The Economic Development Advisory Panel (EDAP) updated and prioritized a draft 2025 work plan and flagged near-term obstacles to commercial development along Meridian, including drainage, utilities and parcel sizes.
The panel reviewed a staff-compiled scoring spreadsheet that averaged seven criteria for each proposed work-plan item. Morgan, staff member, told the panel she assembled the cumulative results and that the packet includes both the summary scores and individual responses. Chair Wiesenfeld urged members to “look at the forest rather than the trees” and focus discussion on the top-scoring items rather than every column.
Panel members said the top weighted priorities included “council priorities as assigned” (item 9 in the packet), followed by several other items identified in the spreadsheet; Morgan cited weighted scores in the packet with item 9 at about 49.7 and item 10 at about 48.5. Several members suggested the board concentrate on the top three to five items and allow staff to translate the spreadsheet into a final work-plan draft for council.

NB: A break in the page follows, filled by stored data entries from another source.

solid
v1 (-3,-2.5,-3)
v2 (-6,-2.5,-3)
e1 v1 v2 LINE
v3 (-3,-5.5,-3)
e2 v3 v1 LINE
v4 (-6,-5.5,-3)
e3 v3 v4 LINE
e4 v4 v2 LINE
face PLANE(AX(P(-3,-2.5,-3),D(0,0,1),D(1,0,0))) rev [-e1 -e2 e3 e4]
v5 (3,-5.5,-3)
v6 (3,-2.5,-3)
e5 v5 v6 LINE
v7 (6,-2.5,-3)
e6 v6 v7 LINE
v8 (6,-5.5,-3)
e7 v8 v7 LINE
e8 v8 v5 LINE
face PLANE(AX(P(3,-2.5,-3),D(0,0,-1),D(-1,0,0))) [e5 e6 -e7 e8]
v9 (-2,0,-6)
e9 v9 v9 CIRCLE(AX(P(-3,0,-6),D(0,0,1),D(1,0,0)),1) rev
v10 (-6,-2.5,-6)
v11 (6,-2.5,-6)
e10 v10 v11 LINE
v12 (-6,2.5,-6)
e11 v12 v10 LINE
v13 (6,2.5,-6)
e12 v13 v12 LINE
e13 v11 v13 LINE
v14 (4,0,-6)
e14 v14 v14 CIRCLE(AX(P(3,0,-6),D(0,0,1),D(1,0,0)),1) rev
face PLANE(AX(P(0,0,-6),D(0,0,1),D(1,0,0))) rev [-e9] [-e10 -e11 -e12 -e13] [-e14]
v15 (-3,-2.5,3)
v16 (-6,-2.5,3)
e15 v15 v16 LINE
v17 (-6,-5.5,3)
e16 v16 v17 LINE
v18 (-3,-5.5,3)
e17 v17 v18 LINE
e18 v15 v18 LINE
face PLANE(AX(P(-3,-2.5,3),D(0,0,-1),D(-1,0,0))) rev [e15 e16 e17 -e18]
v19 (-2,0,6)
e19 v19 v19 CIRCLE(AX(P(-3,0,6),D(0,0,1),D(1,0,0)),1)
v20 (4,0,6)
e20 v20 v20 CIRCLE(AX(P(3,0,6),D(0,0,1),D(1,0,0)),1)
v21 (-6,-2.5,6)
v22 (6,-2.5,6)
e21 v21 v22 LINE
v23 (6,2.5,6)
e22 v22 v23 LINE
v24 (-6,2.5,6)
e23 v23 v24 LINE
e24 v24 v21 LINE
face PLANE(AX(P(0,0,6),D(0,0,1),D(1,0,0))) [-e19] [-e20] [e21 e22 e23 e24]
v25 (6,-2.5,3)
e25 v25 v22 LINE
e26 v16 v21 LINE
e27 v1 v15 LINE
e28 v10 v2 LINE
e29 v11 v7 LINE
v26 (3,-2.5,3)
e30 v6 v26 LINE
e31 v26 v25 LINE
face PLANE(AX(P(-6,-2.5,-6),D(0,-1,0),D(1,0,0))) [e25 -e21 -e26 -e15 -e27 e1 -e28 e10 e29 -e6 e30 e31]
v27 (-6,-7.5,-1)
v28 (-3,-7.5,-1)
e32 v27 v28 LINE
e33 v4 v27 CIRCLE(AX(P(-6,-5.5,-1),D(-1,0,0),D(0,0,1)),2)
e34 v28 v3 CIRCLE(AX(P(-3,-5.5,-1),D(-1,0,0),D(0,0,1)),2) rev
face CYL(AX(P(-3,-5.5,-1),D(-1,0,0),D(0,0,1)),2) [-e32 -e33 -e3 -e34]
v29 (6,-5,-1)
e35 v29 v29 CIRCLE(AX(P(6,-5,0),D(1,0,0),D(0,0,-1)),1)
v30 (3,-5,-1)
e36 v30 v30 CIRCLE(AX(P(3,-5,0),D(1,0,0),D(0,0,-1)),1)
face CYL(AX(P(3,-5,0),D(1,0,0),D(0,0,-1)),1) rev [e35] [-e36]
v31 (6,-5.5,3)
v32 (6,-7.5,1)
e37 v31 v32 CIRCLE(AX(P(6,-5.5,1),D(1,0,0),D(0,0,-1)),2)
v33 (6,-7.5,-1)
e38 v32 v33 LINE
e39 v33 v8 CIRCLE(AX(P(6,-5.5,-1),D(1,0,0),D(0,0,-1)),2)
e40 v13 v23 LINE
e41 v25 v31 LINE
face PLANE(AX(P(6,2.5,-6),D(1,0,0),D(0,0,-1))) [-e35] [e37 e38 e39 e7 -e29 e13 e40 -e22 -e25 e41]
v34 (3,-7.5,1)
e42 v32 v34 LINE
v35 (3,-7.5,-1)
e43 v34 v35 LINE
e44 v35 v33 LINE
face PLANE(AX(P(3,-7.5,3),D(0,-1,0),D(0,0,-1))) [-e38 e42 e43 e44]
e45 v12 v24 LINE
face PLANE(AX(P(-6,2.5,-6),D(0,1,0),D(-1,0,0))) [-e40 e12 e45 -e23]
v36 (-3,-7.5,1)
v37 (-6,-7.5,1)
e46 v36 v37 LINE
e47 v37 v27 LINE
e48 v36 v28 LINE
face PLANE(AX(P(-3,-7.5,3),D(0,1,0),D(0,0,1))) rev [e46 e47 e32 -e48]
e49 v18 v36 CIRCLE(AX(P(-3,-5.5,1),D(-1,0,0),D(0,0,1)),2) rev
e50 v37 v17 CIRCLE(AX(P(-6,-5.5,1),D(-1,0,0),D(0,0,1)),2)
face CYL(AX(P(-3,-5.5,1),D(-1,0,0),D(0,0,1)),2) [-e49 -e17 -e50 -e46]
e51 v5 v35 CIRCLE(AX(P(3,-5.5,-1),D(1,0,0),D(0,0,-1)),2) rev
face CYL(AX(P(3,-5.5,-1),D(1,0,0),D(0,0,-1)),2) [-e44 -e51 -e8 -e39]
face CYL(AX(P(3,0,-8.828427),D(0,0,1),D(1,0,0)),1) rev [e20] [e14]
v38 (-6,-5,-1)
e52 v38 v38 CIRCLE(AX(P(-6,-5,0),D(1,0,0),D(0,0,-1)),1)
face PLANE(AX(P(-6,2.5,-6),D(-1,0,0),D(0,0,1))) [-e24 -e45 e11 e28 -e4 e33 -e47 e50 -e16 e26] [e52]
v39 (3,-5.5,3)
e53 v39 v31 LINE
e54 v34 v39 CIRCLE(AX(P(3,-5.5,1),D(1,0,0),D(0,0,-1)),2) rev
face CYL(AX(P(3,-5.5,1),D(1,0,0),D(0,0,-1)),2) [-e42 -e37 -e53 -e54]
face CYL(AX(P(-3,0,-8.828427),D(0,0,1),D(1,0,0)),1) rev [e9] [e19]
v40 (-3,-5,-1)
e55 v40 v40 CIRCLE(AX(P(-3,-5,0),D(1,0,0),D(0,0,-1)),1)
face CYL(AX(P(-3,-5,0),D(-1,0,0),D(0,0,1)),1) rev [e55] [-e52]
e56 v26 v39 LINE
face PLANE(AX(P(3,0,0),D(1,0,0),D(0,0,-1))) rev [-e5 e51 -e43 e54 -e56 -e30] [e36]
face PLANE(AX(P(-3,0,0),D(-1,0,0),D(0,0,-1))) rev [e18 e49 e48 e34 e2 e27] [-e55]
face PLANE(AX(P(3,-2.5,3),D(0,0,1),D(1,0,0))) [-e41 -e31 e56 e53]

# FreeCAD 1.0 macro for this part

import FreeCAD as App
import Part
import Sketcher
from FreeCAD import Vector
Q = App.Units.Quantity


def edges_at(feature, points):
    """Names of the edges that pass closest to the given points."""
    edges = feature.Shape.Edges
    near = lambda p: min(range(len(edges)), key=lambda i: edges[i].distToShape(Part.Vertex(*p))[0])
    return sorted({f"Edge{near(p) + 1}" for p in points})


def add_polygon(sketch, points):
    """Adds a closed chain of lines whose ends are joined by coincident constraints."""
    first, n = sketch.GeometryCount, len(points)
    for a, b in zip(points, points[1:] + points[:1]):
        sketch.addGeometry(Part.LineSegment(App.Vector(*a, 0), App.Vector(*b, 0)), False)
    for i in range(n):
        sketch.addConstraint(Sketcher.Constraint("Coincident", first + i, 2, first + (i + 1) % n, 1))

doc = App.newDocument("Part")
body = doc.addObject("PartDesign::Body", "Body")

# Sketch on XY plane
sketch1 = body.newObject("Sketcher::SketchObject", "Sketch")
sketch1.AttachmentSupport = (doc.getObject("XY_Plane"), [""])
sketch1.MapMode = "FlatFace"
add_polygon(sketch1, [(-6, 2), (-6, -2), (6, -2), (6, 2)])  # lines 0-3
sketch1.addConstraint(Sketcher.Constraint("Vertical", 0))
sketch1.addConstraint(Sketcher.Constraint("Horizontal", 1))
sketch1.addConstraint(Sketcher.Constraint("Vertical", 2))
sketch1.addConstraint(Sketcher.Constraint("Horizontal", 3))
sketch1.addConstraint(Sketcher.Constraint("Symmetric", 0, 2, 2, 2, -1, 1))
sketch1.addConstraint(Sketcher.Constraint("DistanceX", 1, 1, 1, 2, Q("12 mm")))
sketch1.addConstraint(Sketcher.Constraint("DistanceY", 0, 2, 0, 1, Q("5 mm")))
pad1 = body.newObject("PartDesign::Pad", "Pad")
pad1.Profile = sketch1
pad1.Type = "TwoLengths"
pad1.Length = 6
pad1.Length2 = 6

# Sketch on XY plane
sketch2 = body.newObject("Sketcher::SketchObject", "Sketch001")
sketch2.AttachmentSupport = (doc.getObject("XY_Plane"), [""])
sketch2.MapMode = "FlatFace"
sketch2.AttachmentOffset = App.Placement(Vector(0, 0, 6), App.Rotation())
sketch2.addGeometry(Part.Circle(Vector(-3, 0, 0), Vector(0, 0, 1), 1), False)
sketch2.addGeometry(Part.Circle(Vector(3, 0, 0), Vector(0, 0, 1), 1), False)
sketch2.addConstraint(Sketcher.Constraint("Equal", 0, 1))
sketch2.addConstraint(Sketcher.Constraint("Symmetric", 0, 3, 1, 3, -1, 1))
sketch2.addConstraint(Sketcher.Constraint("PointOnObject", 0, 3, -1))
sketch2.addConstraint(Sketcher.Constraint("Diameter", 0, Q("2 mm")))
sketch2.addConstraint(Sketcher.Constraint("DistanceX", 0, 3, -1, 1, Q("3 mm")))
pocket1 = body.newObject("PartDesign::Pocket", "Pocket")
pocket1.Profile = sketch2
pocket1.Length = 12

# Sketch on YZ plane
sketch3 = body.newObject("Sketcher::SketchObject", "Sketch002")
sketch3.AttachmentSupport = (doc.getObject("YZ_Plane"), [""])
sketch3.MapMode = "FlatFace"
sketch3.AttachmentOffset = App.Placement(Vector(0, 0, 6), App.Rotation())
add_polygon(sketch3, [(-2.5, 3), (-7.5, 3), (-7.5, -3), (-2.5, -3)])  # lines 0-3
sketch3.addGeometry(Part.Circle(Vector(-5, 0, 0), Vector(0, 0, 1), 1), False)  # 4
sketch3.addConstraint(Sketcher.Constraint("Horizontal", 0))
sketch3.addConstraint(Sketcher.Constraint("Vertical", 1))
sketch3.addConstraint(Sketcher.Constraint("Horizontal", 2))
sketch3.addConstraint(Sketcher.Constraint("Vertical", 3))
sketch3.addConstraint(Sketcher.Constraint("PointOnObject", 4, 3, -1))
sketch3.addConstraint(Sketcher.Constraint("Diameter", 4, Q("2 mm")))
sketch3.addConstraint(Sketcher.Constraint("DistanceX", 0, 2, 0, 1, Q("5 mm")))
sketch3.addConstraint(Sketcher.Constraint("DistanceY", 1, 2, 1, 1, Q("6 mm")))
sketch3.addConstraint(Sketcher.Constraint("DistanceX", 4, 3, -1, 1, Q("5 mm")))
sketch3.addConstraint(Sketcher.Constraint("DistanceY", -1, 1, 0, 2, Q("3 mm")))
sketch3.addConstraint(Sketcher.Constraint("DistanceX", 0, 2, -1, 1, Q("7.5 mm")))
pad2 = body.newObject("PartDesign::Pad", "Pad001")
pad2.Profile = sketch3
pad2.Length = 3
pad2.Reversed = True
doc.recompute()

fillet = body.newObject("PartDesign::Fillet", "Fillet")
fillet.Base = (pad2, edges_at(pad2, [(4.5, -7.5, 3), (4.5, -7.5, -3)]))
fillet.Radius = 2
doc.recompute()

mirrored = body.newObject("PartDesign::Mirrored", "Mirrored")
mirrored.Originals = [pad2]
mirrored.MirrorPlane = (doc.getObject("YZ_Plane"), [""])
body.Tip = mirrored
doc.recompute()

fillet2 = body.newObject("PartDesign::Fillet", "Fillet001")
fillet2.Base = (mirrored, edges_at(mirrored, [(-4.5, -7.5, 3), (-4.5, -7.5, -3)]))
fillet2.Radius = 2

doc.recompute()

Members also discussed on-the-ground constraints that limit development potential in the Meridian corridor. A resident and panel members raised drainage and stormwater detention costs as a major barrier to development in Edgewood’s closed depressional basins, noting site-level detention requirements and geologic conditions that limit infiltration. One panel member with public-works experience said Meridian itself “has a pretty low bar” for utility availability but cautioned that some nearby parcels require significant detention infrastructure or pipe extensions.
Panel members and staff reviewed past outreach and consultant work. Morgan said the city previously contracted with Retail Strategies to build a landowner and tenant prospect database; the contract’s second phase was canceled and the follow-through marketing step did not occur. Panel members suggested reviving targeted landowner outreach or a light-weight marketing package if funding and council direction allow.
The panel agreed on a next step: Kelsey (board member) will produce a revised draft of the work plan — including a short preamble that pulls recurring themes such as DEI into a concise statement — and will send it to staff by Friday for distribution and further comment before the panel’s next meeting. The panel anticipates making a formal recommendation to the city council at the joint meeting in the second cycle of February.
Votes at a glance: The consent agenda was approved by motion of Steven Wise, seconded by Sean Olsen; the meeting later adjourned by motion and unanimous voice vote.